With quantiles, an ascending quantile means that the lowest value gets the highest quantile.

select employeeid, salary, quantile(10,salary ASC) from employee;

Employeeid
Salary
Quantile(10,Salary ASC)
12
12000
0
11
11000
0
10
10000
1
9
9000
2
8
8000
3
7
7000
4
6
6000
5
5
5000
5
4
4000
6
3
3000
7
2
2000
8
1
1000
9

  1. Quantile is a OLAP function and hence cannot be combined with normal aggregate functions.

    Hence a query like below is invalid:

SELECT SUM(salary) from employee qualify quantile(10,salary) > 75;

  1. Quantiles can be used to answer questions like “Show all employee salaries that are in the top 25 % of the company.”
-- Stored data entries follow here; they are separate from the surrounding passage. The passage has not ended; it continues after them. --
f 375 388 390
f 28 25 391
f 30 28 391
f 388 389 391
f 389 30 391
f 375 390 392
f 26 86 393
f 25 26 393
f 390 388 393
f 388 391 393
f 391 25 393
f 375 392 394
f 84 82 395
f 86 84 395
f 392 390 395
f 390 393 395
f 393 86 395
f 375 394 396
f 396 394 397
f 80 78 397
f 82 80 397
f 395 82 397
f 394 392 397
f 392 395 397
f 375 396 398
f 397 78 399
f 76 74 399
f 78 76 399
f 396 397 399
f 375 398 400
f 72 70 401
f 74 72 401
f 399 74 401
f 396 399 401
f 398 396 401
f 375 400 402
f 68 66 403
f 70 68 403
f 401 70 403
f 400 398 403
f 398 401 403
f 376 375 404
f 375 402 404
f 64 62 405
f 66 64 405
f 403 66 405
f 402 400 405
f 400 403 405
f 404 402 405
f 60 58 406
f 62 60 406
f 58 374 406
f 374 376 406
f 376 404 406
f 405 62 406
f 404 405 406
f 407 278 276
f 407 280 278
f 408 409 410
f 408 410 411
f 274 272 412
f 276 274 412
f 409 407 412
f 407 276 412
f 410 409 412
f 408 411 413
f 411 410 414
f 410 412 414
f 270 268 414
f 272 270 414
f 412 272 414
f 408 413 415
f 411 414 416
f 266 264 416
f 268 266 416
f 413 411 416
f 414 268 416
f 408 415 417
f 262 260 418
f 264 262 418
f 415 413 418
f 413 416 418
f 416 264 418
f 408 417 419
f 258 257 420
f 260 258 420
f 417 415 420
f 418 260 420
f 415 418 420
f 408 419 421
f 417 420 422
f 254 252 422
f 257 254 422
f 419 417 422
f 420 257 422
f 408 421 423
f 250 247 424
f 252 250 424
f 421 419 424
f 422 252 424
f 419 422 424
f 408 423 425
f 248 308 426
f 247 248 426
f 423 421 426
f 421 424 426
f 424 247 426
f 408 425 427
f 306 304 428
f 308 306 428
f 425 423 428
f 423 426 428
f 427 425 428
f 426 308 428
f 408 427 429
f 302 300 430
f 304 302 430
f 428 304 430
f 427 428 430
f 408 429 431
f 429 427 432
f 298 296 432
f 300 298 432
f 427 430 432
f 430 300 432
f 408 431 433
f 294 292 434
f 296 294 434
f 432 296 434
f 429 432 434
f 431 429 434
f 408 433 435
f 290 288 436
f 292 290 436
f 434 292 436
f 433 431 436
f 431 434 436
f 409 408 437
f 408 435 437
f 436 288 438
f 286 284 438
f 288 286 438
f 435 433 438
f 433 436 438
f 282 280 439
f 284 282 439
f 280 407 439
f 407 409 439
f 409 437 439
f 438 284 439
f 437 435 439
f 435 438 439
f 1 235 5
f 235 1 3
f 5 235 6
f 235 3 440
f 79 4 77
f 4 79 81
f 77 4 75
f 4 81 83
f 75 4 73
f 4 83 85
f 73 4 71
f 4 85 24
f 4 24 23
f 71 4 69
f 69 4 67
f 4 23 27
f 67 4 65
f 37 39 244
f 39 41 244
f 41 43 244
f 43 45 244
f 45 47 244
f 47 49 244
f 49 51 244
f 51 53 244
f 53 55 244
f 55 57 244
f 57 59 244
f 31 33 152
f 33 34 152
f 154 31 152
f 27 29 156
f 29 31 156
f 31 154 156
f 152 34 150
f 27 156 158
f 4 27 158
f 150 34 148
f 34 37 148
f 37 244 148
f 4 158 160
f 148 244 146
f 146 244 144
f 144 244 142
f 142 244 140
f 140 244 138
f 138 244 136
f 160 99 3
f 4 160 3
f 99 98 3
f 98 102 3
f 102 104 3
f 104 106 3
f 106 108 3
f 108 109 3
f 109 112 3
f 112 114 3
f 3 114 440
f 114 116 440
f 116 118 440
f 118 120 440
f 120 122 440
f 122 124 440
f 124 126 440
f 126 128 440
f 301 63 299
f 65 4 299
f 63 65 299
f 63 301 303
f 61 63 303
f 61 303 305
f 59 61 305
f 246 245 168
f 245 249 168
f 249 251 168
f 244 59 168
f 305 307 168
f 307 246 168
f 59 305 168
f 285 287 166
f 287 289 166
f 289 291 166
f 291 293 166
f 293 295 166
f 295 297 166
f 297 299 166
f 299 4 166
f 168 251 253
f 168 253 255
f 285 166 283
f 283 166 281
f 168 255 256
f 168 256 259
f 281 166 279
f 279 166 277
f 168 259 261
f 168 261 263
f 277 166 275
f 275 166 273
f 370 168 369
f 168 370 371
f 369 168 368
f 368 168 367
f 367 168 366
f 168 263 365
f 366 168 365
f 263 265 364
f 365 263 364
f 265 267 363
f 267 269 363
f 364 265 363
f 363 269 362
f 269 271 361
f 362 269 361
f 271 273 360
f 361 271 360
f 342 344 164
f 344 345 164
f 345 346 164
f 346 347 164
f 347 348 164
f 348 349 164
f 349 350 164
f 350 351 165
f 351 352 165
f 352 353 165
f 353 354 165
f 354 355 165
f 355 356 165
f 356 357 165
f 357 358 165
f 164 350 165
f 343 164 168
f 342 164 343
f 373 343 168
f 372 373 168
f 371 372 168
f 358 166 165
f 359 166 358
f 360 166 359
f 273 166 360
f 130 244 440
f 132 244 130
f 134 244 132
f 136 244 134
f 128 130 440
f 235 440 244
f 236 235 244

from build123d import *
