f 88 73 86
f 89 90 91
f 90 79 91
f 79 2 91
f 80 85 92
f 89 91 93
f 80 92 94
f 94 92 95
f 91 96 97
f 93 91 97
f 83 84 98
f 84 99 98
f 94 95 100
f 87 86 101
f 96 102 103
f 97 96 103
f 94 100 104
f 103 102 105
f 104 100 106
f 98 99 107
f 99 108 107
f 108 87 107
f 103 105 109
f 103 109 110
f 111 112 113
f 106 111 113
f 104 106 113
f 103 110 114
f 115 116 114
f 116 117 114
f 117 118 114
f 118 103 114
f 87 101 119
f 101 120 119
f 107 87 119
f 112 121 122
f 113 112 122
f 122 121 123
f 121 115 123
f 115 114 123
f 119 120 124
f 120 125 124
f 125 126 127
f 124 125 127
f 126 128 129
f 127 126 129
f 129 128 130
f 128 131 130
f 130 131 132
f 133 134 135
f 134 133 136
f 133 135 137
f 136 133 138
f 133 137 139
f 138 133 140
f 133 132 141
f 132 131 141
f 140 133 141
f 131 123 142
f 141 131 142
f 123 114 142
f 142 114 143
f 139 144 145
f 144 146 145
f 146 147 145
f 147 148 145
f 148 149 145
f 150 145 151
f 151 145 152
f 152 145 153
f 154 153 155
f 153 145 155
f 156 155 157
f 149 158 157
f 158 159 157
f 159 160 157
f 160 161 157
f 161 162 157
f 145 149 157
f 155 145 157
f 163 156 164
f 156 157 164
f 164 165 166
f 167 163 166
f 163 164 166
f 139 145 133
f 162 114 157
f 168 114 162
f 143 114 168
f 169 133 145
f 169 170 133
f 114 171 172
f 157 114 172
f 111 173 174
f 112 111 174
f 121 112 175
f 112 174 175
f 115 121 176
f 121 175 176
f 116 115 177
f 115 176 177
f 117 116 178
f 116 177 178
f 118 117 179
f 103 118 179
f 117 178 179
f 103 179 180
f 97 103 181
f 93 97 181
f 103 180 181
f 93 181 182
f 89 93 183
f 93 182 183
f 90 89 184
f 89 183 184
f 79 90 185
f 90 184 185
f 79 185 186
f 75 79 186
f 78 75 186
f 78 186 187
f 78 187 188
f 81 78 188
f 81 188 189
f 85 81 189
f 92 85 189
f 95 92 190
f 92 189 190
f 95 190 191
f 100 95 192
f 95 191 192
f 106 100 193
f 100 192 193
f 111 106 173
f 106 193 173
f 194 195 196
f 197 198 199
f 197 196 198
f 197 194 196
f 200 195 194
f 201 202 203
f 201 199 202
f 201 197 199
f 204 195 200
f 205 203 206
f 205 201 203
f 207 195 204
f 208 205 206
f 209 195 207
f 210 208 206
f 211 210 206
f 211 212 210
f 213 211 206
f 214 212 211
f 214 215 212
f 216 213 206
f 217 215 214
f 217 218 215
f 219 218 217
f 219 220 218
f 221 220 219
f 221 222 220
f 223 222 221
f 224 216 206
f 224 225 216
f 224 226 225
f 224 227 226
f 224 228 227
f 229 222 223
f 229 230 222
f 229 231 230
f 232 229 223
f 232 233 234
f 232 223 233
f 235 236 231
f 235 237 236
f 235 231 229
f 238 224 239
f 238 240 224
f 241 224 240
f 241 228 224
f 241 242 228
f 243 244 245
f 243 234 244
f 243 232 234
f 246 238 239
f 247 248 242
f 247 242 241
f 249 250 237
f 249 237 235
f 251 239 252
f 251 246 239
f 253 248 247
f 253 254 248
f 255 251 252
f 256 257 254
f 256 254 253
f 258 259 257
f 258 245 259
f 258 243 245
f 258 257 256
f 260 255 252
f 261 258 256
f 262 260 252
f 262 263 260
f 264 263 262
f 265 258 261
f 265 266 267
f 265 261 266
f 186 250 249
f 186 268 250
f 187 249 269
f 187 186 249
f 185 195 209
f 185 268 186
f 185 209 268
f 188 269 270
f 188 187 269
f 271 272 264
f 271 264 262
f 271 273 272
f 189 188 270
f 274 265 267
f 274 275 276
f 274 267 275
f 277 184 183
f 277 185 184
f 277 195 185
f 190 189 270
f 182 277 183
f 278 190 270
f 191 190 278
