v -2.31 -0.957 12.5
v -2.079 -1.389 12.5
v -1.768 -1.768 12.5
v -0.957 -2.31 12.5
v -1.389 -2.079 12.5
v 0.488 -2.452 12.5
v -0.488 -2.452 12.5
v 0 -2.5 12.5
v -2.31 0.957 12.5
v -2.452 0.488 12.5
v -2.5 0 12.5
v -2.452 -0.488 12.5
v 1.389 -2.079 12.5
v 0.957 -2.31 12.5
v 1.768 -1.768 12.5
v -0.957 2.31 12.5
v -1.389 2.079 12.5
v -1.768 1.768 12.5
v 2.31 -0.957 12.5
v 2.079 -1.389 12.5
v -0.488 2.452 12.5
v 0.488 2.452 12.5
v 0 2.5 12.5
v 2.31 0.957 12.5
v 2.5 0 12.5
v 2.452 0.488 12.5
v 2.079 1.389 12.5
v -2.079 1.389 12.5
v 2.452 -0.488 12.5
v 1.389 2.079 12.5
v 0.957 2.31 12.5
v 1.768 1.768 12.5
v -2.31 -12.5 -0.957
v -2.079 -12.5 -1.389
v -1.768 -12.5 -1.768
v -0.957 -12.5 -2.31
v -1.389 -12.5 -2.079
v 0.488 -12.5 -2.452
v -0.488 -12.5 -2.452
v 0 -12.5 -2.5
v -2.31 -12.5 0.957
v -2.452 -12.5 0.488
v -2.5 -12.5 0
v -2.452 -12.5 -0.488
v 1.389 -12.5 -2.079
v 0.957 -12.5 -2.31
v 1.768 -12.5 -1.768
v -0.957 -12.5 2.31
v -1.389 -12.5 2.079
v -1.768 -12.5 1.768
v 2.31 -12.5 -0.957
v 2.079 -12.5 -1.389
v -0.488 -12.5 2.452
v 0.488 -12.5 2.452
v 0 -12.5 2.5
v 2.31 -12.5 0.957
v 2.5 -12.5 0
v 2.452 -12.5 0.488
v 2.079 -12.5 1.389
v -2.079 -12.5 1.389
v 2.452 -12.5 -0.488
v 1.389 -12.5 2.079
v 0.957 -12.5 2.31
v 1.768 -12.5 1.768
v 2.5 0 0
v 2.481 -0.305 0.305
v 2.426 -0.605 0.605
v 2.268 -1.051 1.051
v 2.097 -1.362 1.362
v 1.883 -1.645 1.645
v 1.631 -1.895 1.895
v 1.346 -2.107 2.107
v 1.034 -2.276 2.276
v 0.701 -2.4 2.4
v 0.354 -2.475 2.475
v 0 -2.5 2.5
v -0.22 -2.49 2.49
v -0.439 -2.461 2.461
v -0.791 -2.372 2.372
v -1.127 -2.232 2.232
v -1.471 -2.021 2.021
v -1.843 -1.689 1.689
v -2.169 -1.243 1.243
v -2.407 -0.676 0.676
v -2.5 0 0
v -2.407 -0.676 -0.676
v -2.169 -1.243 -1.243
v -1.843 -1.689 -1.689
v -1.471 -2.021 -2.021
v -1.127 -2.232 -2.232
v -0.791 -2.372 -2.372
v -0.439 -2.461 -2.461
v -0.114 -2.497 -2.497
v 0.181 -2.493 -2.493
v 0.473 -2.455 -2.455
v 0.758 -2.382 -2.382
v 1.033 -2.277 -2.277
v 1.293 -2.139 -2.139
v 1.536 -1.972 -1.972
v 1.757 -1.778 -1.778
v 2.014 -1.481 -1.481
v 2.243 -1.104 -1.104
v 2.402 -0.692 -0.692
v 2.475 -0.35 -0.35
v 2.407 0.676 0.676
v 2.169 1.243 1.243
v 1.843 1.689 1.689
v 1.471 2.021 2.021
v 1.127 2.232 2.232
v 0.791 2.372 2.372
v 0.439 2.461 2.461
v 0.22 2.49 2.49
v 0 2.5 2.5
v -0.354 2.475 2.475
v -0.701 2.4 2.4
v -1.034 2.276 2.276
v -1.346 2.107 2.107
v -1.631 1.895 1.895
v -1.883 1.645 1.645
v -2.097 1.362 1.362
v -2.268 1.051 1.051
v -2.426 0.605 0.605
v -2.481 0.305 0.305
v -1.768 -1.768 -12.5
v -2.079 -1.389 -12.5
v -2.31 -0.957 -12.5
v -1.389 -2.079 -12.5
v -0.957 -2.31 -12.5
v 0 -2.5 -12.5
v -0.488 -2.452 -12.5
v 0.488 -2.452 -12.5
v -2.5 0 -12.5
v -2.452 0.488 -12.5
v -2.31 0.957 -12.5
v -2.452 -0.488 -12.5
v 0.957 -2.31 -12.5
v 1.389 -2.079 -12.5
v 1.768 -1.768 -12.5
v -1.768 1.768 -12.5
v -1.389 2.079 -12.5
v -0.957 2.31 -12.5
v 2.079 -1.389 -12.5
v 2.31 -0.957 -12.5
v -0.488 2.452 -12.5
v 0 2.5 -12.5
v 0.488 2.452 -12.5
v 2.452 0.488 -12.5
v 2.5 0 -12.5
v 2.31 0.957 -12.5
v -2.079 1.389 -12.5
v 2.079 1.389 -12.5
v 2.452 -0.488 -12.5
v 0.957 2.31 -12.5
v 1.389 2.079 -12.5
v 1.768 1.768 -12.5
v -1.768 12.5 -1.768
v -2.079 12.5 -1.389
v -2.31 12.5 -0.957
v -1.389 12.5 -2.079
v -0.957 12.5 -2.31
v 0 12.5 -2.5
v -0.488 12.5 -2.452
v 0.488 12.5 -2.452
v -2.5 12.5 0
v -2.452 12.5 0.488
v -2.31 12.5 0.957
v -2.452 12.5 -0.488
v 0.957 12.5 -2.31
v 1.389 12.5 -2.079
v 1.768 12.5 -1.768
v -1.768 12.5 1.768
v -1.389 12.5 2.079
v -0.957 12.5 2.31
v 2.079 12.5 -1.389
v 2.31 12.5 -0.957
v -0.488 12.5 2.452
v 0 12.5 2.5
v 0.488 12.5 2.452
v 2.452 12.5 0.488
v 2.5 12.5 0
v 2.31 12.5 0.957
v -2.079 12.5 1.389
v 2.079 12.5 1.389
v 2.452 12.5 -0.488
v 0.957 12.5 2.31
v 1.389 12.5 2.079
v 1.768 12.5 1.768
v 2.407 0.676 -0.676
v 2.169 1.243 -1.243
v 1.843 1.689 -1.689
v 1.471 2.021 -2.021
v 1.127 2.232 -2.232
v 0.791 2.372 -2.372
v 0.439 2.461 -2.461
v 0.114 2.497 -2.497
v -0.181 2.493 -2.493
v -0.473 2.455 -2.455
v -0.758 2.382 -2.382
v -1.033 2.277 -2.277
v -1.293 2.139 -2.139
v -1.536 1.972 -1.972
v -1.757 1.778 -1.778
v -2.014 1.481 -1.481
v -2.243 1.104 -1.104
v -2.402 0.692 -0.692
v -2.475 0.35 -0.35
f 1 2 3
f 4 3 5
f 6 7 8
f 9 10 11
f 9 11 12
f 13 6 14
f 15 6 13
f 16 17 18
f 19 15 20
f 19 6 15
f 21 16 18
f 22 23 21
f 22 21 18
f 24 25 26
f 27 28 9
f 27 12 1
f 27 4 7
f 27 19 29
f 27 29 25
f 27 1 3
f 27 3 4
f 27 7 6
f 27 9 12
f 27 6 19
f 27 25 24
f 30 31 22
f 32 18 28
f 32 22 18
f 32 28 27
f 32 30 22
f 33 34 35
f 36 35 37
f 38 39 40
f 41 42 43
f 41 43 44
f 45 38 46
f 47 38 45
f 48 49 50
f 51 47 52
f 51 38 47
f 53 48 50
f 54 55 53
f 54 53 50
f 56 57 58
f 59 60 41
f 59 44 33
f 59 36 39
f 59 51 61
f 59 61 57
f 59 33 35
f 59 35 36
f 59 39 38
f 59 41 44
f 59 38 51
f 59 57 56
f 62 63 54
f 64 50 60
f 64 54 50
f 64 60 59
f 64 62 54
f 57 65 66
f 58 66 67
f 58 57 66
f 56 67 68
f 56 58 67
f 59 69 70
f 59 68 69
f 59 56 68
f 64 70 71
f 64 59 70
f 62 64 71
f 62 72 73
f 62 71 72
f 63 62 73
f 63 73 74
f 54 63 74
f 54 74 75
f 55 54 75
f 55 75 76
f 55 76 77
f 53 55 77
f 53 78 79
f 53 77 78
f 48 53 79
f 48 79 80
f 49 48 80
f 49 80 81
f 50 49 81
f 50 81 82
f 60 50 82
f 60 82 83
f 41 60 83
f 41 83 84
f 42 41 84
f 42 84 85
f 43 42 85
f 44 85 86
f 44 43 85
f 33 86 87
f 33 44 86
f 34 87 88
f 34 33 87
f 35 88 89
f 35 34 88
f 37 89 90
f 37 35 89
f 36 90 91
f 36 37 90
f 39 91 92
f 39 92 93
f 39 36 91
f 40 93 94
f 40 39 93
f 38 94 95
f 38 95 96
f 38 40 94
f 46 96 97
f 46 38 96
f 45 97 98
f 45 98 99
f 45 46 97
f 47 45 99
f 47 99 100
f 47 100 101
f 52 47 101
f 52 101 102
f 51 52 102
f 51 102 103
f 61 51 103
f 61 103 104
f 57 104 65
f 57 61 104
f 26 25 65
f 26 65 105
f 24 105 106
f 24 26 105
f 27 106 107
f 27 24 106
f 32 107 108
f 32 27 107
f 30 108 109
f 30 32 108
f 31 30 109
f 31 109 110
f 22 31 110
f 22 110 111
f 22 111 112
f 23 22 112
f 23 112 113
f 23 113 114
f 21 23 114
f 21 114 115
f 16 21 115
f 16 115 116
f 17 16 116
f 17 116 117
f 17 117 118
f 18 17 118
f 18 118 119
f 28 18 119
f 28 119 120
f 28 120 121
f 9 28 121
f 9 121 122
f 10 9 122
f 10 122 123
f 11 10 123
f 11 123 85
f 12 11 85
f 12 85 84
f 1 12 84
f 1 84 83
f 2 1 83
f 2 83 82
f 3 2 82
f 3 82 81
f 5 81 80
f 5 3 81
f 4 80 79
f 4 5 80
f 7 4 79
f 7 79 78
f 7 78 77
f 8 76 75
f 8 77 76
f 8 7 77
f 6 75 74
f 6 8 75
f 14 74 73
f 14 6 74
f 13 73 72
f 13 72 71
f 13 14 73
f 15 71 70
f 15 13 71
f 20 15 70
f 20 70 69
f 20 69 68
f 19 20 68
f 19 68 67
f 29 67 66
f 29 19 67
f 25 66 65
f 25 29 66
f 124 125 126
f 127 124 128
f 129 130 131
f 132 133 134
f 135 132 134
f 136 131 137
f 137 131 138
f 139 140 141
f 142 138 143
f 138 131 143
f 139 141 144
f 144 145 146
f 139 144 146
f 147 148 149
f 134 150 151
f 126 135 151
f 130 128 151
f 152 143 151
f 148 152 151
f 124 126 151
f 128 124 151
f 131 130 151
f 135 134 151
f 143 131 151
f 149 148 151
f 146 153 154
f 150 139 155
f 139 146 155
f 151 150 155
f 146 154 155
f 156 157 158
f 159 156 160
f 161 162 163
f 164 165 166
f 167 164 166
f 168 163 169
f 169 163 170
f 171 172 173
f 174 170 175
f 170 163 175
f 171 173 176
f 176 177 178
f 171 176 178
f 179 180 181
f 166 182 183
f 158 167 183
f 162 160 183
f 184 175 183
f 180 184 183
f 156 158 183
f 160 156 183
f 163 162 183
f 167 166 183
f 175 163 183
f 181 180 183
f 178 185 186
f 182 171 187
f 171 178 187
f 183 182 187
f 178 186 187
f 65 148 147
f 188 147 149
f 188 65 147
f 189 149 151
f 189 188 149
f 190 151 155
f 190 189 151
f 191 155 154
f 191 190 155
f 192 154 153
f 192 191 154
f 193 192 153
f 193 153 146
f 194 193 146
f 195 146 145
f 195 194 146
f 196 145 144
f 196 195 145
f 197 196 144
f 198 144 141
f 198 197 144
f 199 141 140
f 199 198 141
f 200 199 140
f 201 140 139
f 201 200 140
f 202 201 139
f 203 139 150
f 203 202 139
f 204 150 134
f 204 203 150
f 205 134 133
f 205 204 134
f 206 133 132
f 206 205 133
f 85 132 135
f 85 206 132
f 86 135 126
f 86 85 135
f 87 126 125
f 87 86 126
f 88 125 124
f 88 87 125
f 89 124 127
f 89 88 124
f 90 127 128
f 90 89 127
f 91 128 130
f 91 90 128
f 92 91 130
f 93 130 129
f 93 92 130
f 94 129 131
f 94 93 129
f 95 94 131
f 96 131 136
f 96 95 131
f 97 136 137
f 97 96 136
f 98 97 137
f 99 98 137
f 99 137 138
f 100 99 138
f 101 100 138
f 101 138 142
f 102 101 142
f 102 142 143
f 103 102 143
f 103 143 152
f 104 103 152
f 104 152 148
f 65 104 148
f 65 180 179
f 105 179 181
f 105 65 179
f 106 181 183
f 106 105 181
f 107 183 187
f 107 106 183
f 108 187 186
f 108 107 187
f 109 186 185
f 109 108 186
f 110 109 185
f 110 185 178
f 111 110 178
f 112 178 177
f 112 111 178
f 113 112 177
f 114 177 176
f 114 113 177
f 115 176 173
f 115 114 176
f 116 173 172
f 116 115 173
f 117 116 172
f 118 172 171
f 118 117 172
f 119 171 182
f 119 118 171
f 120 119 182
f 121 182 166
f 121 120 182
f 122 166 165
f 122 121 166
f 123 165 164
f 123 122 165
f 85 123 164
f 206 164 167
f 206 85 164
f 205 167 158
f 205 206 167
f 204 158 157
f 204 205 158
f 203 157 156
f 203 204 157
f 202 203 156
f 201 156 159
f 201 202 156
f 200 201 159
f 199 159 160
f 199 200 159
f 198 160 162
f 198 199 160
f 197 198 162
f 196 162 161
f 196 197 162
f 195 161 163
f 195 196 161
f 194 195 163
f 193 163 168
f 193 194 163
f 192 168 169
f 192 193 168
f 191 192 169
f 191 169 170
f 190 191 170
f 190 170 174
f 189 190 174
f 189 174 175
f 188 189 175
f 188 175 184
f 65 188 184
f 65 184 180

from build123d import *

# Parameters (mm, degrees)
F0_R     = 2.5
F1_DEPTH = 12.5
F2_R     = 2.5
F3_DEPTH = 12.5


with BuildPart() as f1:
    # F0 (on Top) → F1 (new body, symmetric)
    with BuildSketch(Plane.XY):
        Circle(F0_R)
    extrude(amount=F1_DEPTH, both=True)

    # F2 (on Front) → F3 (join, symmetric)
    with BuildSketch(Plane.XZ):
        Circle(F2_R)
    extrude(amount=F3_DEPTH, both=True)


solid = f1.part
We can have multiple columns in the sortlist.
Example:

                  QUANTILE (100, salary_amount, employee_number)
      
The purpose of the ‘employee_number’ here is to handle a situation where there is a tie on the salary amount. Remember, the ‘salary_amount’ parameter (with a default of DESC) tells us that the salary_amount will descend as the quantile value descends.
     
        The default sort for quantiles is the column descends as the quantile descends. Thus, salary   amount descends as quantile descends. If there is a tie in the salary, then employee number descends as the quantile descends.